### Brief
Among the records that follow, find the line with "f 525 424 420" and the line with "f 361 496 495". Set down those lines and all lines between them exactly, without adding anything.

### Stored items
%%

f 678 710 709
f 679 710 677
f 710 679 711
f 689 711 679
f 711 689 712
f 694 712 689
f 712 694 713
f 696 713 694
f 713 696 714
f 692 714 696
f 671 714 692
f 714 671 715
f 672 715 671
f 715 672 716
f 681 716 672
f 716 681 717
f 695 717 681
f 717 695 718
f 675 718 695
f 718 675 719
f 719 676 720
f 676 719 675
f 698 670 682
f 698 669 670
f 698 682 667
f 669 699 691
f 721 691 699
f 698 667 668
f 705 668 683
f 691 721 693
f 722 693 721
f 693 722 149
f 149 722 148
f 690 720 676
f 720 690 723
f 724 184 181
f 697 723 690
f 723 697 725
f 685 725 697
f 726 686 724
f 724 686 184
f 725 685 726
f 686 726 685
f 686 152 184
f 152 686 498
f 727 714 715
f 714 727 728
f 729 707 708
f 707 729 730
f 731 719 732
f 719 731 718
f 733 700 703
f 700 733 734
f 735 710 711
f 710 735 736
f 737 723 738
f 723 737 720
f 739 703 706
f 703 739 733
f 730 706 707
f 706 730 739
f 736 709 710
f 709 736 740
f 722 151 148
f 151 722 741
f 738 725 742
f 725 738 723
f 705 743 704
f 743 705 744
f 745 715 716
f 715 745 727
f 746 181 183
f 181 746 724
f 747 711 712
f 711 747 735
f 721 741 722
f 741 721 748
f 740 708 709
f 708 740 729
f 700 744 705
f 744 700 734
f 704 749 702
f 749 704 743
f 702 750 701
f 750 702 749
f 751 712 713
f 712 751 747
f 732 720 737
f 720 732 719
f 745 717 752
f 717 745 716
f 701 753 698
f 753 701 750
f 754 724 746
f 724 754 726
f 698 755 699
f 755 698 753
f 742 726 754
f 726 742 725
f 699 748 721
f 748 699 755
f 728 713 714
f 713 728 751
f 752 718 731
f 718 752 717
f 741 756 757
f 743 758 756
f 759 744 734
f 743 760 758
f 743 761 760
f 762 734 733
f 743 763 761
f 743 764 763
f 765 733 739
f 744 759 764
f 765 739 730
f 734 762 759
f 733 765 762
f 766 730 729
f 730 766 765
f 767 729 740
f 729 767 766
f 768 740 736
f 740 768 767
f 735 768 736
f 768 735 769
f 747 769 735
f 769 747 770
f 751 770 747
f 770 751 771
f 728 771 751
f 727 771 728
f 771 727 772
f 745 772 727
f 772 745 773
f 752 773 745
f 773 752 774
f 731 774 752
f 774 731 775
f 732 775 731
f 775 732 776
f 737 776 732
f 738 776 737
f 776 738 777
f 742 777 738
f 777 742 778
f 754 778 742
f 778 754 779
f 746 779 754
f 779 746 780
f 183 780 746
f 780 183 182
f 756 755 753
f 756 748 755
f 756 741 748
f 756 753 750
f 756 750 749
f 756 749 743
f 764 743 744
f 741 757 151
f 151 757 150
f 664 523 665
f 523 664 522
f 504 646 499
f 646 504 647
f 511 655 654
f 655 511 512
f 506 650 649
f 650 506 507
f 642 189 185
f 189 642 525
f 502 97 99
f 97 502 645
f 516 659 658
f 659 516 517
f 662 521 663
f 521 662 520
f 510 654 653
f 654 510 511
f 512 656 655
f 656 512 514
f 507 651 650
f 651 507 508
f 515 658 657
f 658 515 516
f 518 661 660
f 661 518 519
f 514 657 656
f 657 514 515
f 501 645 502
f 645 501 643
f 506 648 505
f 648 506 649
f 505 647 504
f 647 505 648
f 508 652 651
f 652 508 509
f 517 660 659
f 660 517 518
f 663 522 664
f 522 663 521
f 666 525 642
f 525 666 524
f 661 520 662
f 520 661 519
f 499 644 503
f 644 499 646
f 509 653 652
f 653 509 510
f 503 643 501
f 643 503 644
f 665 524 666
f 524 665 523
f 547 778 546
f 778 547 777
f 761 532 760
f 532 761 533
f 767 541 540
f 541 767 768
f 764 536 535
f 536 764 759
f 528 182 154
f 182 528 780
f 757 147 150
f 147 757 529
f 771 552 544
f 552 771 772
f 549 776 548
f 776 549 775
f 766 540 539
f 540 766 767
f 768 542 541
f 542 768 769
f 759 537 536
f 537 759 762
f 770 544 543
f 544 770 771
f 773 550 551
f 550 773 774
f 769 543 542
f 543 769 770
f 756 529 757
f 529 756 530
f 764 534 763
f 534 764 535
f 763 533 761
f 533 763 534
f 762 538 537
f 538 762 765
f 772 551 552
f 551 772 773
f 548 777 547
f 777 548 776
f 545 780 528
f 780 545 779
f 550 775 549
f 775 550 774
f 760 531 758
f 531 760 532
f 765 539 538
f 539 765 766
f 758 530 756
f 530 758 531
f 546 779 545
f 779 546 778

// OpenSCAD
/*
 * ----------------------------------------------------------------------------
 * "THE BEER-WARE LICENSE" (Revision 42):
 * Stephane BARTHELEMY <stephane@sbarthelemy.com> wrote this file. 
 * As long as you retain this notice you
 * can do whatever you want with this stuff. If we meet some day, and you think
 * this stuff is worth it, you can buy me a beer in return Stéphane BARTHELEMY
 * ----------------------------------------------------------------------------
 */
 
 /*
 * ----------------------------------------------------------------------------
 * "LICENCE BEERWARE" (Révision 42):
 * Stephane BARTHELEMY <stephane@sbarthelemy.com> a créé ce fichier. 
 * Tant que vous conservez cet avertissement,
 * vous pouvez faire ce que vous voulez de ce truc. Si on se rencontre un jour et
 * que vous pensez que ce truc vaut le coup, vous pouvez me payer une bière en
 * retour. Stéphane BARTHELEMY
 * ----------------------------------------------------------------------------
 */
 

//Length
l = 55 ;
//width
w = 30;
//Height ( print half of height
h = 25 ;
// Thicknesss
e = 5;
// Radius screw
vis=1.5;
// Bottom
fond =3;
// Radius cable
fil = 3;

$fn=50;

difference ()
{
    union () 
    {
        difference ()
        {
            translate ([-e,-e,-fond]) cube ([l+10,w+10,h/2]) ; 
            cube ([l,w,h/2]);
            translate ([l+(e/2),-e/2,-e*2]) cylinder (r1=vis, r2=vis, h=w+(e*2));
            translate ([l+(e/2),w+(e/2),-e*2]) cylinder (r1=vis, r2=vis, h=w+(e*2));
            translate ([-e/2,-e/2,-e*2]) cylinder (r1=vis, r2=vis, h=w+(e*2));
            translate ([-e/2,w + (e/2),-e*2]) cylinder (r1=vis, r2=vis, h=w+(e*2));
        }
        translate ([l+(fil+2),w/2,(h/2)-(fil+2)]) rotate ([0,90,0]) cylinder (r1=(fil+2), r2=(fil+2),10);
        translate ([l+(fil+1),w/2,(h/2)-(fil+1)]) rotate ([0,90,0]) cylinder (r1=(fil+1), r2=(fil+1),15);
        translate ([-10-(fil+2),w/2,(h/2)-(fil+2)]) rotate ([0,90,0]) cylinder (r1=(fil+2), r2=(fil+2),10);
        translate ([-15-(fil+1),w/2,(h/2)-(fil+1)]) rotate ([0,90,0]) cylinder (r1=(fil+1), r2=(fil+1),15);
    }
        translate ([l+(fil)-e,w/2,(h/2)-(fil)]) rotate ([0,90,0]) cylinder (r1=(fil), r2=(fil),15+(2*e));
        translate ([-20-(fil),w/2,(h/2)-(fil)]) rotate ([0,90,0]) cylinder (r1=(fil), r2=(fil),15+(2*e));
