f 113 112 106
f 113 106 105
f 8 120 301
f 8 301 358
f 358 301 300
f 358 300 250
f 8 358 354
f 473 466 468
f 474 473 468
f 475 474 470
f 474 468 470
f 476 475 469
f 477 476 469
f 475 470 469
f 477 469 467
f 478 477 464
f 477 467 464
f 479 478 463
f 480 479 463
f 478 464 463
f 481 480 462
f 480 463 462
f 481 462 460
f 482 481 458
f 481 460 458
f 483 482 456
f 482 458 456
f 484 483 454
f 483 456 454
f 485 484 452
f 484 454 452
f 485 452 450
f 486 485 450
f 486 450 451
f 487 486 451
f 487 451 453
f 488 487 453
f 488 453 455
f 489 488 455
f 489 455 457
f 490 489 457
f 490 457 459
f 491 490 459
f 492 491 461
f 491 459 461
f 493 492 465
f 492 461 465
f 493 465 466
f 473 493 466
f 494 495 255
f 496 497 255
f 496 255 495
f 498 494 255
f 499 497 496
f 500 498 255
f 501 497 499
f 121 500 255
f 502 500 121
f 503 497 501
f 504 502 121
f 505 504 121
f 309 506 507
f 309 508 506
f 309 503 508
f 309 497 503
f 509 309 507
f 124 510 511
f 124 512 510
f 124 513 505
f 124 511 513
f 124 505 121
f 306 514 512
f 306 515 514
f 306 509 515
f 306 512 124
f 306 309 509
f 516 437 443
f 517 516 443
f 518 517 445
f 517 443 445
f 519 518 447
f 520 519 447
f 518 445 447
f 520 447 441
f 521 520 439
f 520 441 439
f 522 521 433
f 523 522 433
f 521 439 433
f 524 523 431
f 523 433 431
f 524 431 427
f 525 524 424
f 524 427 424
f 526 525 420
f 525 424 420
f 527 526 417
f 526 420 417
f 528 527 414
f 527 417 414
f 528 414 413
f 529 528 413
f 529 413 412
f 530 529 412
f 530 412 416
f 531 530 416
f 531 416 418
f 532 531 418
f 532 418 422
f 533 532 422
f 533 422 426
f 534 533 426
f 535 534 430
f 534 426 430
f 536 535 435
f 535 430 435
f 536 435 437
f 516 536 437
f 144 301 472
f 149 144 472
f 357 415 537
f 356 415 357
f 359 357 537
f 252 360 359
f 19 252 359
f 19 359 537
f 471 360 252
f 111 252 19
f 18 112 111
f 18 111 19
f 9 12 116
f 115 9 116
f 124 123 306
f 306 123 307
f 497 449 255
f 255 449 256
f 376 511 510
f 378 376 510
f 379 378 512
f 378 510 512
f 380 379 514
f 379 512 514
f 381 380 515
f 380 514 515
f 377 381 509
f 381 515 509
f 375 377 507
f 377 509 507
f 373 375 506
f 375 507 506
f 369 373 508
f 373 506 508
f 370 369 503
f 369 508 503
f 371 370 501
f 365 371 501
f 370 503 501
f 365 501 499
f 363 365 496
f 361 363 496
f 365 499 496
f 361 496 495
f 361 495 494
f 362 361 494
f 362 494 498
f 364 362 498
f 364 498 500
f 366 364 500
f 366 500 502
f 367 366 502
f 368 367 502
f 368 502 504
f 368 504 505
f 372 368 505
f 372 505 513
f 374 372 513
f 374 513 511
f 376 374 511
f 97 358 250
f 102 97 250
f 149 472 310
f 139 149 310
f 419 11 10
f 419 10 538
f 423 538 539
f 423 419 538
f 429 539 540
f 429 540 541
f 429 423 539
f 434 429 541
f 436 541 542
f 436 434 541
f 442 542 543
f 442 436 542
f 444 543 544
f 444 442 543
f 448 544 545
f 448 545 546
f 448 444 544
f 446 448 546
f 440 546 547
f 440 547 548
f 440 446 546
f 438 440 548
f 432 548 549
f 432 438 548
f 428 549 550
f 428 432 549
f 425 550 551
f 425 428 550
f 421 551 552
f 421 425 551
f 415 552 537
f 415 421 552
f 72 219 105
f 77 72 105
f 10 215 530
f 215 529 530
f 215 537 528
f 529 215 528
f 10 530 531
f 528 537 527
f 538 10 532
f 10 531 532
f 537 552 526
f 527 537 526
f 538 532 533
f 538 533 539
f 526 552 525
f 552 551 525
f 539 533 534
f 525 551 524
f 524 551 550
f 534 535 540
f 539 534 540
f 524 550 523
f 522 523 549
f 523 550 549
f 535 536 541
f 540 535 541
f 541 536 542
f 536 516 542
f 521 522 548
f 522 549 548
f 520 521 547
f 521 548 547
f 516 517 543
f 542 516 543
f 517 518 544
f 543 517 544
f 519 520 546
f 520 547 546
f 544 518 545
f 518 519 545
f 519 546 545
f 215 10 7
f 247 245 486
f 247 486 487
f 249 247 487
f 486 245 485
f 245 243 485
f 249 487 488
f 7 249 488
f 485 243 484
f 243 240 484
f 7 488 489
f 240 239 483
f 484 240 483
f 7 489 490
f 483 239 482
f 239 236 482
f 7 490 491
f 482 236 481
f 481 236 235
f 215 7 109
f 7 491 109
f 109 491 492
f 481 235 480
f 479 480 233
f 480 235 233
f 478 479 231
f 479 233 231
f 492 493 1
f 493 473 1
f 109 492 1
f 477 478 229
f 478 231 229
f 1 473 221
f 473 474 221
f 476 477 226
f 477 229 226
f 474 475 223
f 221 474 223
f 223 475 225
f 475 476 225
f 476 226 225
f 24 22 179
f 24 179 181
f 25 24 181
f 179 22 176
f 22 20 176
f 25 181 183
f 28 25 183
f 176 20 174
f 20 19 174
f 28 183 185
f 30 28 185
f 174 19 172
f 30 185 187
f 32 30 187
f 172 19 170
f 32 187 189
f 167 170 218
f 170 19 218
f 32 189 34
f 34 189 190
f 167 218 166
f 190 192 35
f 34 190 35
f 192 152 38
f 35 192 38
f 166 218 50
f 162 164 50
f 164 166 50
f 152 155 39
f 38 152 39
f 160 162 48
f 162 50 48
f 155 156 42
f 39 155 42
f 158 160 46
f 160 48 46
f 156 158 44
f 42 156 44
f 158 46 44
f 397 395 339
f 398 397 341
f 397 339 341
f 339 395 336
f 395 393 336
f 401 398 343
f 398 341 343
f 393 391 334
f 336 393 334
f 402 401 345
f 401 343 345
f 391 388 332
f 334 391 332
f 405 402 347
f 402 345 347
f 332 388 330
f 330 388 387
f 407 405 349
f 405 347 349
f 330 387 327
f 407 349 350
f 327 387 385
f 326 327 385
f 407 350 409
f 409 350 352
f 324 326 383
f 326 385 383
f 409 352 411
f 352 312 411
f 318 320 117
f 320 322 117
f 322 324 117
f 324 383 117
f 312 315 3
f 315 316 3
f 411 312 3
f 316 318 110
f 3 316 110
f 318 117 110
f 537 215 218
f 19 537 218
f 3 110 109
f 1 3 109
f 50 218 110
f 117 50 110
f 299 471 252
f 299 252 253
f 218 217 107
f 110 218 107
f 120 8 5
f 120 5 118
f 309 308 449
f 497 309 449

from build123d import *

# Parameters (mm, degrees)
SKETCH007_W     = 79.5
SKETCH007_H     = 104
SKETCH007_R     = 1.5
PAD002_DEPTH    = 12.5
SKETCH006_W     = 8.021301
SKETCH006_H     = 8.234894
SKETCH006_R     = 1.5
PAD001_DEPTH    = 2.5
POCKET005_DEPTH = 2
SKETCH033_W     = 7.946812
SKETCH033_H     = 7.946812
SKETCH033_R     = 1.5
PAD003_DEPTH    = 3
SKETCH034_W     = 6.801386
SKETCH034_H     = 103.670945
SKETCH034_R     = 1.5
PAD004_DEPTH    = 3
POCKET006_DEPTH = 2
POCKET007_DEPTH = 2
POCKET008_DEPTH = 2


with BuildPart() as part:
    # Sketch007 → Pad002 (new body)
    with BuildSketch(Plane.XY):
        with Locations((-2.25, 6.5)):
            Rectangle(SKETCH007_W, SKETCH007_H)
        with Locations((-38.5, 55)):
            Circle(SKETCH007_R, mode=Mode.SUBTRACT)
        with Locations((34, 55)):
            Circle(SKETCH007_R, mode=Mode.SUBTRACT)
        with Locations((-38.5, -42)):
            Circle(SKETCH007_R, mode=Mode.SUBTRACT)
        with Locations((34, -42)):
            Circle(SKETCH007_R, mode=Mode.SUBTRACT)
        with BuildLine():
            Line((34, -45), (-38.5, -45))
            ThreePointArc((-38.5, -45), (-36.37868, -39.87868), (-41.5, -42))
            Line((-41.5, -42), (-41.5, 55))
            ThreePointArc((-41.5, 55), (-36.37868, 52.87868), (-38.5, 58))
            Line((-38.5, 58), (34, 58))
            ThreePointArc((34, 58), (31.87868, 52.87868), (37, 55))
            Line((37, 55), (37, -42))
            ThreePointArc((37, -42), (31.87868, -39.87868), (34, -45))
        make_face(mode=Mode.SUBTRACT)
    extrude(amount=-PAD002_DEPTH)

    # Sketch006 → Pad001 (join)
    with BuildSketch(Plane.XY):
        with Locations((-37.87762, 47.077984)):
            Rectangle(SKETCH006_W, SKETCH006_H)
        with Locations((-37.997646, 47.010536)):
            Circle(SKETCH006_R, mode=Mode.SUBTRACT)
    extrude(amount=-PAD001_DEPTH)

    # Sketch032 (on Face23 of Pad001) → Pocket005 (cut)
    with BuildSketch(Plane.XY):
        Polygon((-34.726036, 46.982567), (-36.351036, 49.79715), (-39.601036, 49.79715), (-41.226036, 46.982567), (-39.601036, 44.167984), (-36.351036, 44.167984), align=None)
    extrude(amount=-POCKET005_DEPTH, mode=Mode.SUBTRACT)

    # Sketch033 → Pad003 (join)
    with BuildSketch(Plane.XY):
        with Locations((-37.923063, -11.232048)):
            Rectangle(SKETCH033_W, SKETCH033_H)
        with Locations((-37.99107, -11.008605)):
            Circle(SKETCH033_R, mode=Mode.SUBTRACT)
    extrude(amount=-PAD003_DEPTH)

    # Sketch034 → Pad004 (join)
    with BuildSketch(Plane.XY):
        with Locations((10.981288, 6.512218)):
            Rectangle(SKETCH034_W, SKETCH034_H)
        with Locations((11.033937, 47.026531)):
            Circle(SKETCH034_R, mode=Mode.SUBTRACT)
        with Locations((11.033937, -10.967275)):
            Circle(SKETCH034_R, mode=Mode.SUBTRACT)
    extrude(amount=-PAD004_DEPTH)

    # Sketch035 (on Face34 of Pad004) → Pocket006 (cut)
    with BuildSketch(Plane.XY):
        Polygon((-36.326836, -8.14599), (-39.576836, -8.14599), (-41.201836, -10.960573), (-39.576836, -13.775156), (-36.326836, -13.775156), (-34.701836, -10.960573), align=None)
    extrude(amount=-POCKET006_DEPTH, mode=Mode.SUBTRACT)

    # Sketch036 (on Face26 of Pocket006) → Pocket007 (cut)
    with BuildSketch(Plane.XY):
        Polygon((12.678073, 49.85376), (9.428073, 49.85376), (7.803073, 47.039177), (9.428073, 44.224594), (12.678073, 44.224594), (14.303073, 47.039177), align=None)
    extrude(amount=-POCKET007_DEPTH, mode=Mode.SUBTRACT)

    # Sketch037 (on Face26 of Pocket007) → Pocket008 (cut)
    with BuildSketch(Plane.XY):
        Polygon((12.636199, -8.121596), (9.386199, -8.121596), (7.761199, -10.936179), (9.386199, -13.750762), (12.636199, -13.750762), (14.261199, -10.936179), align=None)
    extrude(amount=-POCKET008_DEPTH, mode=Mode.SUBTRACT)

%%

### Answer space
f 525 424 420
f 527 526 417
f 526 420 417
f 528 527 414
f 527 417 414
f 528 414 413
f 529 528 413
f 529 413 412
f 530 529 412
f 530 412 416
f 531 530 416
f 531 416 418
f 532 531 418
f 532 418 422
f 533 532 422
f 533 422 426
f 534 533 426
f 535 534 430
f 534 426 430
f 536 535 435
f 535 430 435
f 536 435 437
f 516 536 437
f 144 301 472
f 149 144 472
f 357 415 537
f 356 415 357
f 359 357 537
f 252 360 359
f 19 252 359
f 19 359 537
f 471 360 252
f 111 252 19
f 18 112 111
f 18 111 19
f 9 12 116
f 115 9 116
f 124 123 306
f 306 123 307
f 497 449 255
f 255 449 256
f 376 511 510
f 378 376 510
f 379 378 512
f 378 510 512
f 380 379 514
f 379 512 514
f 381 380 515
f 380 514 515
f 377 381 509
f 381 515 509
f 375 377 507
f 377 509 507
f 373 375 506
f 375 507 506
f 369 373 508
f 373 506 508
f 370 369 503
f 369 508 503
f 371 370 501
f 365 371 501
f 370 503 501
f 365 501 499
f 363 365 496
f 361 363 496
f 365 499 496
f 361 496 495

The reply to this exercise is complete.